Firstly it is not the case that the House of Assembly rejected the various agreements which are the subject of our clients' claims. Indeed, as provided for in the relevant legislation, the agreements were voided “ab initio”.

It is common ground between the parties that this matter should now be referred to arbitration as provided for.

11

As far as the Applicants' Statement of Case in the Arbitration is concerned, Ms Carss-Frisk QC placed reliance on the following averments:

  • (a) paragraph 21 avers that the Agreements were rejected by the Legislature on March 28, 2014 (after being rejected earlier by the House of Assembly-March 7- and the Senate-March 21) and concludes with the following words: ‘ such rejection has the effect of retrospectively voiding the Agreements’;

  • (b) paragraph 22 avers that section 14(10) of the 2013Act applied the provisions of the Acquisition of Land Act 1970 to ‘ compensation for the voiding of agreements under section 14’;

  • (c) paragraph 83 concludes by asserting that if Government asserts that any of the Claimants' ‘ costs and losses’ were not recoverable in the Arbitration, the Claimants reserved their right to pursue ‘ other remedies…including a constitutional challenge.

12

The Respondents' counsel argued that this reservation of rights merely signified the right to pursue other remedies, including a constitutional challenge, in respect of the compensation claim being asserted in the Arbitration.

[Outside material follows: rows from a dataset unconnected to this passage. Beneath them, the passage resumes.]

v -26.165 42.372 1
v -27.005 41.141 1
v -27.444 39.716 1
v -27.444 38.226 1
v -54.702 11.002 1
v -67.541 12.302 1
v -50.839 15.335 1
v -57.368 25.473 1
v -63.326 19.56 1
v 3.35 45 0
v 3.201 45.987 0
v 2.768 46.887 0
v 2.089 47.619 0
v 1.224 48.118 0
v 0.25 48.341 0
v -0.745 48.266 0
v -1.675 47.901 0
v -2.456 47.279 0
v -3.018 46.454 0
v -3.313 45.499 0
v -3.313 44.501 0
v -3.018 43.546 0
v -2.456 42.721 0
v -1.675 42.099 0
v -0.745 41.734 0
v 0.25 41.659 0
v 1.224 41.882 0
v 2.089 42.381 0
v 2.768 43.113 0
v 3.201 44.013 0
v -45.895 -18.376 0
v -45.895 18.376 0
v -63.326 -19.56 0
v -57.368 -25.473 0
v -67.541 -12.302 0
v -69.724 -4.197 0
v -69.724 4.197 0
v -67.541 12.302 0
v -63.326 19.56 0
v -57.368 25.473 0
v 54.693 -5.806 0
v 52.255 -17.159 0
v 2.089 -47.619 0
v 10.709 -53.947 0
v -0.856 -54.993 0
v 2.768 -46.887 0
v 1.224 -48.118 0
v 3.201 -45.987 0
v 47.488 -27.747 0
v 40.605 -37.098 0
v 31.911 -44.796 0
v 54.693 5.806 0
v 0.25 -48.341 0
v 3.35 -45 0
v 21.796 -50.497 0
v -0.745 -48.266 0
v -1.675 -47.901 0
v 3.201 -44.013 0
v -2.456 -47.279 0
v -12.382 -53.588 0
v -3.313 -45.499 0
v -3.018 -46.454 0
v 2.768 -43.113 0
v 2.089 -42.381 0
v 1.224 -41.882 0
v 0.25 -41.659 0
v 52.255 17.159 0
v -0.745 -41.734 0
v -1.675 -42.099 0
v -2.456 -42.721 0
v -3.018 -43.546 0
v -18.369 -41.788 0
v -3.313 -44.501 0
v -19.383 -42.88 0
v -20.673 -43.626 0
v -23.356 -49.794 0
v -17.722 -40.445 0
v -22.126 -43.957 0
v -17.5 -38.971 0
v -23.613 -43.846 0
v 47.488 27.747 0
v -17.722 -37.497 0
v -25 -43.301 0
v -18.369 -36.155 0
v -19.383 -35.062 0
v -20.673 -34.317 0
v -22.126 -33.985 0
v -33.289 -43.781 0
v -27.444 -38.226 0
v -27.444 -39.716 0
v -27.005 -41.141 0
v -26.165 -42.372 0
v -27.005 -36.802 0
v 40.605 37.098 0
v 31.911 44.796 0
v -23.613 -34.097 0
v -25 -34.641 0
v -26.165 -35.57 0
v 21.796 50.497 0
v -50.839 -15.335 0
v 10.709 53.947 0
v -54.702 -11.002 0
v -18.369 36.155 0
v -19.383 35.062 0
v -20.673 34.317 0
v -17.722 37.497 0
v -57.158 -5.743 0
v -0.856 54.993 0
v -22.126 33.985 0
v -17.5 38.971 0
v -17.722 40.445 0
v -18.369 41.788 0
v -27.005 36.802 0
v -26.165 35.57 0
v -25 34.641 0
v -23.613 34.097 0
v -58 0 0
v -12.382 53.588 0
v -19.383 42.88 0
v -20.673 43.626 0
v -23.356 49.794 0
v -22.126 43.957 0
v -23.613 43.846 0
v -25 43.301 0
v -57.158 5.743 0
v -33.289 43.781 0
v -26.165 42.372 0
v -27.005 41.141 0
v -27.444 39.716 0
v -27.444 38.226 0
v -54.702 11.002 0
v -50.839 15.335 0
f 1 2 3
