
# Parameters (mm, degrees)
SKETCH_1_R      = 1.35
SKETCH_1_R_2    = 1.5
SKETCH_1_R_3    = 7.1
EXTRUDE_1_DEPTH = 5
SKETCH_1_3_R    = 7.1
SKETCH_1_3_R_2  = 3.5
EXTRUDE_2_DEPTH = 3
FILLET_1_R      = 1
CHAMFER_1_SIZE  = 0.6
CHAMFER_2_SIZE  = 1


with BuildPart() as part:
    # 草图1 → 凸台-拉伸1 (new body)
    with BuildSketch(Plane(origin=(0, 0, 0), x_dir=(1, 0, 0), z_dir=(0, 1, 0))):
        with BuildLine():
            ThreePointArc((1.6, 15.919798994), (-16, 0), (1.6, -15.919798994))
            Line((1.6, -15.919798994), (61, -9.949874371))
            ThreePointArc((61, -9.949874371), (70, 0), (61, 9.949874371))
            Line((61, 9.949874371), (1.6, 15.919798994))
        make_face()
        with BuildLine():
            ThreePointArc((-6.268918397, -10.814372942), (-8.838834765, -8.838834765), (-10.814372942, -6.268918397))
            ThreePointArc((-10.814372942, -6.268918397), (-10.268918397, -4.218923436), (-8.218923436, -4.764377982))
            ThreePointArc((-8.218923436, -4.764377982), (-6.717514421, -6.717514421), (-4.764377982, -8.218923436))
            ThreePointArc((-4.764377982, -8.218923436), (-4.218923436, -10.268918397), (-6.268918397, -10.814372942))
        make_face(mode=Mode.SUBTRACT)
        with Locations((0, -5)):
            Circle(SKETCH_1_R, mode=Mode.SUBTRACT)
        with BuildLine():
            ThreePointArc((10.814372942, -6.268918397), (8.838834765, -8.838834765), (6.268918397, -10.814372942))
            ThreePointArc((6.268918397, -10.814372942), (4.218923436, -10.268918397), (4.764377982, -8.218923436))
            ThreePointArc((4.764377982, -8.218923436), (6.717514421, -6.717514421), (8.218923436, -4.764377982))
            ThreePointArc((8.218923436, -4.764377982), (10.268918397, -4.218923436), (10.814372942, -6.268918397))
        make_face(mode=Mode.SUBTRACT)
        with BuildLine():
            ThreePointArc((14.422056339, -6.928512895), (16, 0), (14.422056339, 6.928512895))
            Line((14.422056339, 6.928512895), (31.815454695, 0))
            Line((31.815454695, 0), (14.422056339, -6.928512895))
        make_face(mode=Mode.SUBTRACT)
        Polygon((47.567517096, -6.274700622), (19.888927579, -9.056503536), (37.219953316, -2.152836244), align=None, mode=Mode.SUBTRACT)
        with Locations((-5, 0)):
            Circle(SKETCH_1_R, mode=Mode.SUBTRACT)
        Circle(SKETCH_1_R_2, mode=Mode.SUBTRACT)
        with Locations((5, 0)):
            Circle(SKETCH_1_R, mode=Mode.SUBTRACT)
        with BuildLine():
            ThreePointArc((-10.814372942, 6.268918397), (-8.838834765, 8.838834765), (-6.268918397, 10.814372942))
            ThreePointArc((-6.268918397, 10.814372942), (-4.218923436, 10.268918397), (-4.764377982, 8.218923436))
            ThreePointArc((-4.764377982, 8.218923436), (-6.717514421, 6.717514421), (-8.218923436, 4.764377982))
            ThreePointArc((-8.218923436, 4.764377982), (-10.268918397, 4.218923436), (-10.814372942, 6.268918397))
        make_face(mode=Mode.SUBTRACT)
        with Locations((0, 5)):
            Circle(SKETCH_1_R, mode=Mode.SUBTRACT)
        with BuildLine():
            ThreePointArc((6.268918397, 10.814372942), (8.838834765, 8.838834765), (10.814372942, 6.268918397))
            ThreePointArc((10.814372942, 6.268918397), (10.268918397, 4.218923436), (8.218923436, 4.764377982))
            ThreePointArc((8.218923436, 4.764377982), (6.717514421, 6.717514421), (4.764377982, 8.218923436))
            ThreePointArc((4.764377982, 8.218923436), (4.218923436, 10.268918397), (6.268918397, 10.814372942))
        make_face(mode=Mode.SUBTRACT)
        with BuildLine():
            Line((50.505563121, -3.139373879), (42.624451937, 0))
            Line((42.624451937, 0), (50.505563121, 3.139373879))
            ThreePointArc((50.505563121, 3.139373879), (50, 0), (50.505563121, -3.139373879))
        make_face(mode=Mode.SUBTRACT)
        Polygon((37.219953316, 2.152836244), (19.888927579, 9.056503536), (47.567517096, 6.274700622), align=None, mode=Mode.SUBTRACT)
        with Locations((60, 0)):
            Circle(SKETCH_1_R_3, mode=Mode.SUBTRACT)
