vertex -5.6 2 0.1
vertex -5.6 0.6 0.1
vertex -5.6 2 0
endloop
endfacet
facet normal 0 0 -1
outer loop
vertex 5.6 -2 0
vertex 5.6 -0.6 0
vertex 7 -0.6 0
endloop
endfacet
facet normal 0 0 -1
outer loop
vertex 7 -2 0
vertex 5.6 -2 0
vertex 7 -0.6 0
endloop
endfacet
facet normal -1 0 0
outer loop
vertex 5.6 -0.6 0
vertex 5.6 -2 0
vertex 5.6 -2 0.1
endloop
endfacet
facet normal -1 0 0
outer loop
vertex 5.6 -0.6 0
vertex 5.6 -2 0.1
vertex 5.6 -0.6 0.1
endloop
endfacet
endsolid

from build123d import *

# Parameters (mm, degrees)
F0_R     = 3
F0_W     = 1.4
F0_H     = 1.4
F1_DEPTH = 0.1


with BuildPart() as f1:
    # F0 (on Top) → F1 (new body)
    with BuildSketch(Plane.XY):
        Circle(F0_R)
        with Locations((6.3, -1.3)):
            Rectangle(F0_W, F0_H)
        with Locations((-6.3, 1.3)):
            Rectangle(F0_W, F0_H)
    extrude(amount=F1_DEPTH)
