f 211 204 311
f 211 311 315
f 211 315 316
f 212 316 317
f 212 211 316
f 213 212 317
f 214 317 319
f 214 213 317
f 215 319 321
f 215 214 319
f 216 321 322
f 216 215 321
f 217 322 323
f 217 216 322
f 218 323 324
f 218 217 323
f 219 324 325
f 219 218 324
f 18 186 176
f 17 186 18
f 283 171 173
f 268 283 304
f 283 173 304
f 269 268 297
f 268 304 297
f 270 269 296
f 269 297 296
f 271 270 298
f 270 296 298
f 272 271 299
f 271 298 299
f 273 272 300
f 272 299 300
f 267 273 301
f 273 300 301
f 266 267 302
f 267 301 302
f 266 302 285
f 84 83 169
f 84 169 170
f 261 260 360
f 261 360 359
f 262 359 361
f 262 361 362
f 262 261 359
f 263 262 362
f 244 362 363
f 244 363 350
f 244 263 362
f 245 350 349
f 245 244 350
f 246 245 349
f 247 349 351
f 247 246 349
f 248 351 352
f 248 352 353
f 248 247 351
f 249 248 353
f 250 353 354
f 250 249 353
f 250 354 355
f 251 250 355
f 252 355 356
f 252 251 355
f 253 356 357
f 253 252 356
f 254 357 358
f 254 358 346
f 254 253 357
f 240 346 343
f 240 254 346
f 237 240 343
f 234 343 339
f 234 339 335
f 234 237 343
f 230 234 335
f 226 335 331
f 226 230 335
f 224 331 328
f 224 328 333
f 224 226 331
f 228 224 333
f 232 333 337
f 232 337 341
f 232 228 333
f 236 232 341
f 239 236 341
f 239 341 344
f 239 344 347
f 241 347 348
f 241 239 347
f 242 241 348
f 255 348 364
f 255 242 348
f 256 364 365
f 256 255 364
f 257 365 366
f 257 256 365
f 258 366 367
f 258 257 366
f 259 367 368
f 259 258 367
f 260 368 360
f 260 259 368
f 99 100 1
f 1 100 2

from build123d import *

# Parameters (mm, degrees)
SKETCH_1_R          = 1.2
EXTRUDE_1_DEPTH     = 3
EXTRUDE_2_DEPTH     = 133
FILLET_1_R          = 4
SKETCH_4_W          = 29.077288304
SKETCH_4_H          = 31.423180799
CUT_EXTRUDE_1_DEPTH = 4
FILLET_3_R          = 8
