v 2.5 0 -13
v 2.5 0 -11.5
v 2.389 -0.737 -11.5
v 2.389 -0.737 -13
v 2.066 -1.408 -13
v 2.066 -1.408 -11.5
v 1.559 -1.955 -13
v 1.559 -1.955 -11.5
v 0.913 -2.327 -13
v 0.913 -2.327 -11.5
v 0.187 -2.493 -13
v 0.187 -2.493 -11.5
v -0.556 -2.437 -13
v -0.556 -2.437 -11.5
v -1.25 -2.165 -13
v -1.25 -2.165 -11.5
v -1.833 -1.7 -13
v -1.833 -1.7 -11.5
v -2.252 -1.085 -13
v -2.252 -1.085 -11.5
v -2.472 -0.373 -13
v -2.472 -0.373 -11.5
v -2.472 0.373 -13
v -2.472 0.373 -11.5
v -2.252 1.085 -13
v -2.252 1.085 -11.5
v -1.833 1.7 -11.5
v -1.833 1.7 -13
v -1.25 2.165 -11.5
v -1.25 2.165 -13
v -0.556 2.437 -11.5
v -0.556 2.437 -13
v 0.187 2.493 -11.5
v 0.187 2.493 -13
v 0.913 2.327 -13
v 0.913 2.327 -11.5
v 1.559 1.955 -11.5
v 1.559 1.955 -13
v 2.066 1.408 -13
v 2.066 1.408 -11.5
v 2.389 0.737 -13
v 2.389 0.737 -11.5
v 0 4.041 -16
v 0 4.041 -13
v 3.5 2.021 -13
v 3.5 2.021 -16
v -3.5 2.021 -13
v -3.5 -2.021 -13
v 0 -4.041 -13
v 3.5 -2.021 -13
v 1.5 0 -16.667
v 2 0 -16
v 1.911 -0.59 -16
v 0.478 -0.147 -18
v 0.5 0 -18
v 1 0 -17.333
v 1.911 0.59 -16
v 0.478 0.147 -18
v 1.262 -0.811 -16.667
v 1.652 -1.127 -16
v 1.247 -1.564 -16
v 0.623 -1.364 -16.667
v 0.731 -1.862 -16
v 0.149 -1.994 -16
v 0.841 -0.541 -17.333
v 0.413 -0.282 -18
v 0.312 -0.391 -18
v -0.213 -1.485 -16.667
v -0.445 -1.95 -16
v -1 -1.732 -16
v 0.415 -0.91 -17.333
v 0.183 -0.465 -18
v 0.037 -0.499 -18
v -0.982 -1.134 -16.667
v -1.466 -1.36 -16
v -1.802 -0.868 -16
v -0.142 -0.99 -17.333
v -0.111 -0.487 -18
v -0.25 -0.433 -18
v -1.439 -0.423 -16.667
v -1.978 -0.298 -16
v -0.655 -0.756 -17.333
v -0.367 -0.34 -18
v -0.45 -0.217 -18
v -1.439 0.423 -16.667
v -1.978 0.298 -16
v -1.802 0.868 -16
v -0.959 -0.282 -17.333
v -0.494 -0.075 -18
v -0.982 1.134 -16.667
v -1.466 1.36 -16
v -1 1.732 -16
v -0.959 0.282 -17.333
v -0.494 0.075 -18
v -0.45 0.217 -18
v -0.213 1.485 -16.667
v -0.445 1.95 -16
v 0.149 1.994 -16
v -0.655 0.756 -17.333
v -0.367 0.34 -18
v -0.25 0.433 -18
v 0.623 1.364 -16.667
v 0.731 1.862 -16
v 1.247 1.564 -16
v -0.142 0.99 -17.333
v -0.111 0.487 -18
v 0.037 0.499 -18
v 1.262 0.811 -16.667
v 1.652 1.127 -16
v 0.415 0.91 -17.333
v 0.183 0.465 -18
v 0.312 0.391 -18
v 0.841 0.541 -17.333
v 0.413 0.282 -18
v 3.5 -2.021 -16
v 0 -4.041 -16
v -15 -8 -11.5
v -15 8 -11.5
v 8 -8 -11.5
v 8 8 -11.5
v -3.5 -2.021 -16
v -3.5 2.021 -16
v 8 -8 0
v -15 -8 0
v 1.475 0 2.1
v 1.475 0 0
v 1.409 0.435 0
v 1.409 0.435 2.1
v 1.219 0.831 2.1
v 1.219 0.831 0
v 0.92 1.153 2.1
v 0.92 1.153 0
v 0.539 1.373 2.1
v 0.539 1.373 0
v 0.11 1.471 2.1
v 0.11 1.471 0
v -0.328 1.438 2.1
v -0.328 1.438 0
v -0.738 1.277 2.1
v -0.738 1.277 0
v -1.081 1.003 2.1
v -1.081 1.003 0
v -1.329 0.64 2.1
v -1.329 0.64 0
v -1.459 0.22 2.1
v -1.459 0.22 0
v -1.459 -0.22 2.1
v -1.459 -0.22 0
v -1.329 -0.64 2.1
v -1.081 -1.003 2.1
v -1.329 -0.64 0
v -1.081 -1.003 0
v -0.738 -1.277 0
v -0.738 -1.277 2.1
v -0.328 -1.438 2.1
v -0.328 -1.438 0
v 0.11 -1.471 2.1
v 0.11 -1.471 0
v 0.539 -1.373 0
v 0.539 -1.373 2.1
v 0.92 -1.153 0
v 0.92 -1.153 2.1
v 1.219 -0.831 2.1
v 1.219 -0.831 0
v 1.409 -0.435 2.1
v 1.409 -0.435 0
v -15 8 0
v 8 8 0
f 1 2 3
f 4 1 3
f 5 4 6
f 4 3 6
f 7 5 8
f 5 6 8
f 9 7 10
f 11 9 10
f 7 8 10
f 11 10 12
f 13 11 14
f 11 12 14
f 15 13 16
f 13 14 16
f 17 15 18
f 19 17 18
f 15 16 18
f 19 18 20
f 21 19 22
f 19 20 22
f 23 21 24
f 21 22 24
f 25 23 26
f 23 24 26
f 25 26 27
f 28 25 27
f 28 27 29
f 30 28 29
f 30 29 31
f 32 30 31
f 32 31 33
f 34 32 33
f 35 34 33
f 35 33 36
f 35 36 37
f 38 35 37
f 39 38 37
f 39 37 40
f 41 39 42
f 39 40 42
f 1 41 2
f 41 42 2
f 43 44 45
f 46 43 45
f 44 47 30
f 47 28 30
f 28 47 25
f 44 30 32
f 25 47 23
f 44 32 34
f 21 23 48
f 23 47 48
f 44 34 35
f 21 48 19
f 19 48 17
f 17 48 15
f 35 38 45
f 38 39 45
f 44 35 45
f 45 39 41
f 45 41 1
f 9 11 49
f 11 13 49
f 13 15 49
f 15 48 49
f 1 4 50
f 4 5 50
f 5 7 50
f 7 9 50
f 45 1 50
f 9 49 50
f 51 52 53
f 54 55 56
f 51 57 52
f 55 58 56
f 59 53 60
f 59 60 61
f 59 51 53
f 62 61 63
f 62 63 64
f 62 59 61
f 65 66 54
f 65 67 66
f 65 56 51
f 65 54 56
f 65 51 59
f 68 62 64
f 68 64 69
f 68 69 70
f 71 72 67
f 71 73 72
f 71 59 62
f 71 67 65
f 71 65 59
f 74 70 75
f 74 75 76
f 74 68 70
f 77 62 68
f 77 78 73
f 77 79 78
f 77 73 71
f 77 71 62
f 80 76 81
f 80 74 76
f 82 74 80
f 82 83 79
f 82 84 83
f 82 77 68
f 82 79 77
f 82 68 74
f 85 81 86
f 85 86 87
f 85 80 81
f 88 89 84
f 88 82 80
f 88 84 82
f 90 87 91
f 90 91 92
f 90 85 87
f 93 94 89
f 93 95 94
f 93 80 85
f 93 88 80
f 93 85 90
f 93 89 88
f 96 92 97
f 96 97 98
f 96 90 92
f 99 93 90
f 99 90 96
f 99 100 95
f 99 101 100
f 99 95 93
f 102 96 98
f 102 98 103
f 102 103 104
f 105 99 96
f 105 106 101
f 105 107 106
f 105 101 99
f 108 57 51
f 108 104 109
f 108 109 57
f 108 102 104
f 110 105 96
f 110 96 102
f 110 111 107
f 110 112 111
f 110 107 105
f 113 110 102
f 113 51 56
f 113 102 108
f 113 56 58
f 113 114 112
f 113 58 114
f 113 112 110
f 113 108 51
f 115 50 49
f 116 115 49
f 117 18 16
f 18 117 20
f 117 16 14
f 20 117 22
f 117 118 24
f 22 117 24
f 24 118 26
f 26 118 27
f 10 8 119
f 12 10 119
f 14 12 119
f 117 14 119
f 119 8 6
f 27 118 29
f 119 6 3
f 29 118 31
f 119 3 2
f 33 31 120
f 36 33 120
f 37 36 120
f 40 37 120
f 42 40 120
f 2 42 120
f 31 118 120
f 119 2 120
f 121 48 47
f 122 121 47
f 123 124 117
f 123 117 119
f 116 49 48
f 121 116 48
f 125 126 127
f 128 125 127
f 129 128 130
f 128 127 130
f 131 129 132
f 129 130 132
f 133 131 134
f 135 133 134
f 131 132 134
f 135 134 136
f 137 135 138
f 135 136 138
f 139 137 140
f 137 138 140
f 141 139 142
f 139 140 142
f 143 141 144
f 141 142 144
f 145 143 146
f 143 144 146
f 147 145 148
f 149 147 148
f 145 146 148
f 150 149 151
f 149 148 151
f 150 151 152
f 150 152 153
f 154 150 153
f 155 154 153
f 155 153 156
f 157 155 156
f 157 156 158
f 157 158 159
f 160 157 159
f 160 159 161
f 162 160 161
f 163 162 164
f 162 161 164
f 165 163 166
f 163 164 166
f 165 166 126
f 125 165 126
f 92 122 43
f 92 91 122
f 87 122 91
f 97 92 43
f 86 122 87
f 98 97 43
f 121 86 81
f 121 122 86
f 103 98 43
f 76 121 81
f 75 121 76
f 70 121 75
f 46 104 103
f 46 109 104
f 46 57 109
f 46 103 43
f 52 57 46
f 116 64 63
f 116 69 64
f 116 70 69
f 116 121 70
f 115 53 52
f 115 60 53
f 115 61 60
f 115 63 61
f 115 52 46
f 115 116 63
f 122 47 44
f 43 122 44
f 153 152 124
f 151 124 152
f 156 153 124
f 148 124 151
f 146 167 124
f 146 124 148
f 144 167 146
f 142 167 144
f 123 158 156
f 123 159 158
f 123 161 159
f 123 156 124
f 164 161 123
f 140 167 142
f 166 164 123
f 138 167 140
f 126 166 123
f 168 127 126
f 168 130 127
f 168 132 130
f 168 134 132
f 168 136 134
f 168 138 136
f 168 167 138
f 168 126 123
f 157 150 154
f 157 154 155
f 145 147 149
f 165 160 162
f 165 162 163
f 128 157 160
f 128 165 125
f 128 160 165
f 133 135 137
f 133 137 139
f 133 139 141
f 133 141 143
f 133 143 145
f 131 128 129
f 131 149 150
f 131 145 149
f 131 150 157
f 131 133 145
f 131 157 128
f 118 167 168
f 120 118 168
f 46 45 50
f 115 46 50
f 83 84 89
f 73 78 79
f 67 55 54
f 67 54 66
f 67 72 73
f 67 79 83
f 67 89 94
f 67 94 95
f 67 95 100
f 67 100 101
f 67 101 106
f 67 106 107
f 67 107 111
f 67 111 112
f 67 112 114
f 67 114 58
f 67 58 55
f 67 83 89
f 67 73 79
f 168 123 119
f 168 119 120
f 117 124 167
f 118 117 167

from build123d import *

# Parameters (mm, degrees)
F0_R     = 1.475
F1_DEPTH = 2.1
F0_W     = 23
F0_H     = 16
F2_DEPTH = 11.5
F3_R     = 2.5
F4_DEPTH = 1.5
F6_DEPTH = 3
F7_R     = 2
F9_R     = 0.5


with BuildPart() as f1:
    # F0 (on Top) → F1 (new body)
    with BuildSketch(Plane.XY):
        Circle(F0_R)
    extrude(amount=F1_DEPTH)

    # F0 (on Top) → F2 (join)
    with BuildSketch(Plane.XY):
        with Locations((-3.5, 0)):
            Rectangle(F0_W, F0_H)
        Circle(F0_R, mode=Mode.SUBTRACT)
        Circle(F0_R)
    extrude(amount=-F2_DEPTH)

    # F3 (on face) → F4 (join)
    with BuildSketch(Plane(origin=(0, 0, -11.5), x_dir=(1, 0, 0), z_dir=(0, 0, -1))):
        Circle(F3_R)
    extrude(amount=F4_DEPTH)

    # F5 (on face) → F6 (join)
    with BuildSketch(Plane(origin=(0, 0, -13), x_dir=(1, 0, 0), z_dir=(0, 0, -1))):
        Polygon((3.5, -2.0207259422), (3.5, 2.0207259422), (0, 4.0414518843), (-3.5, 2.0207259422), (-3.5, -2.0207259422), (0, -4.0414518843), align=None)
    extrude(amount=F6_DEPTH)

    # F7 (on face) → F10 section 0
    with BuildSketch(Plane(origin=(0, 0, -16), x_dir=(1, 0, 0), z_dir=(0, 0, -1))):
        Circle(F7_R)
    # F9 (on offset) → F10 section 1
    with BuildSketch(Plane(origin=(0, 0, -18), x_dir=(1, 0, 0), z_dir=(0, 0, -1))):
        Circle(F9_R)
    loft()


solid = f1.part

The Applicants' counsel submitted it was intended to reserve the right to seek unlimited constitutional relief.

13

The Compensating Authority's Statement of Case effectively submitted that the Agreements had only nominal value so that only nominal compensation of $1 was due. Ms Carss-Frisk QC also relied on the concluding averments of the Claimant's Reply: ‘ For the avoidance of doubt, given the case pleaded by the Government of Bermuda, the Claimants reserve their rights to pursue other remedies against the Government, including a constitutional challenge.’ She contended that this did not say what Sir Jeffrey Jowell QC contended it said, namely that in light of the Government case a constitutional challenge is being pursued instead.

14

The Minister's Affidavit made the following averments under the heading ‘Delay’:

44. The “Waterfront which is the subject of the Agreements comprises some of the most...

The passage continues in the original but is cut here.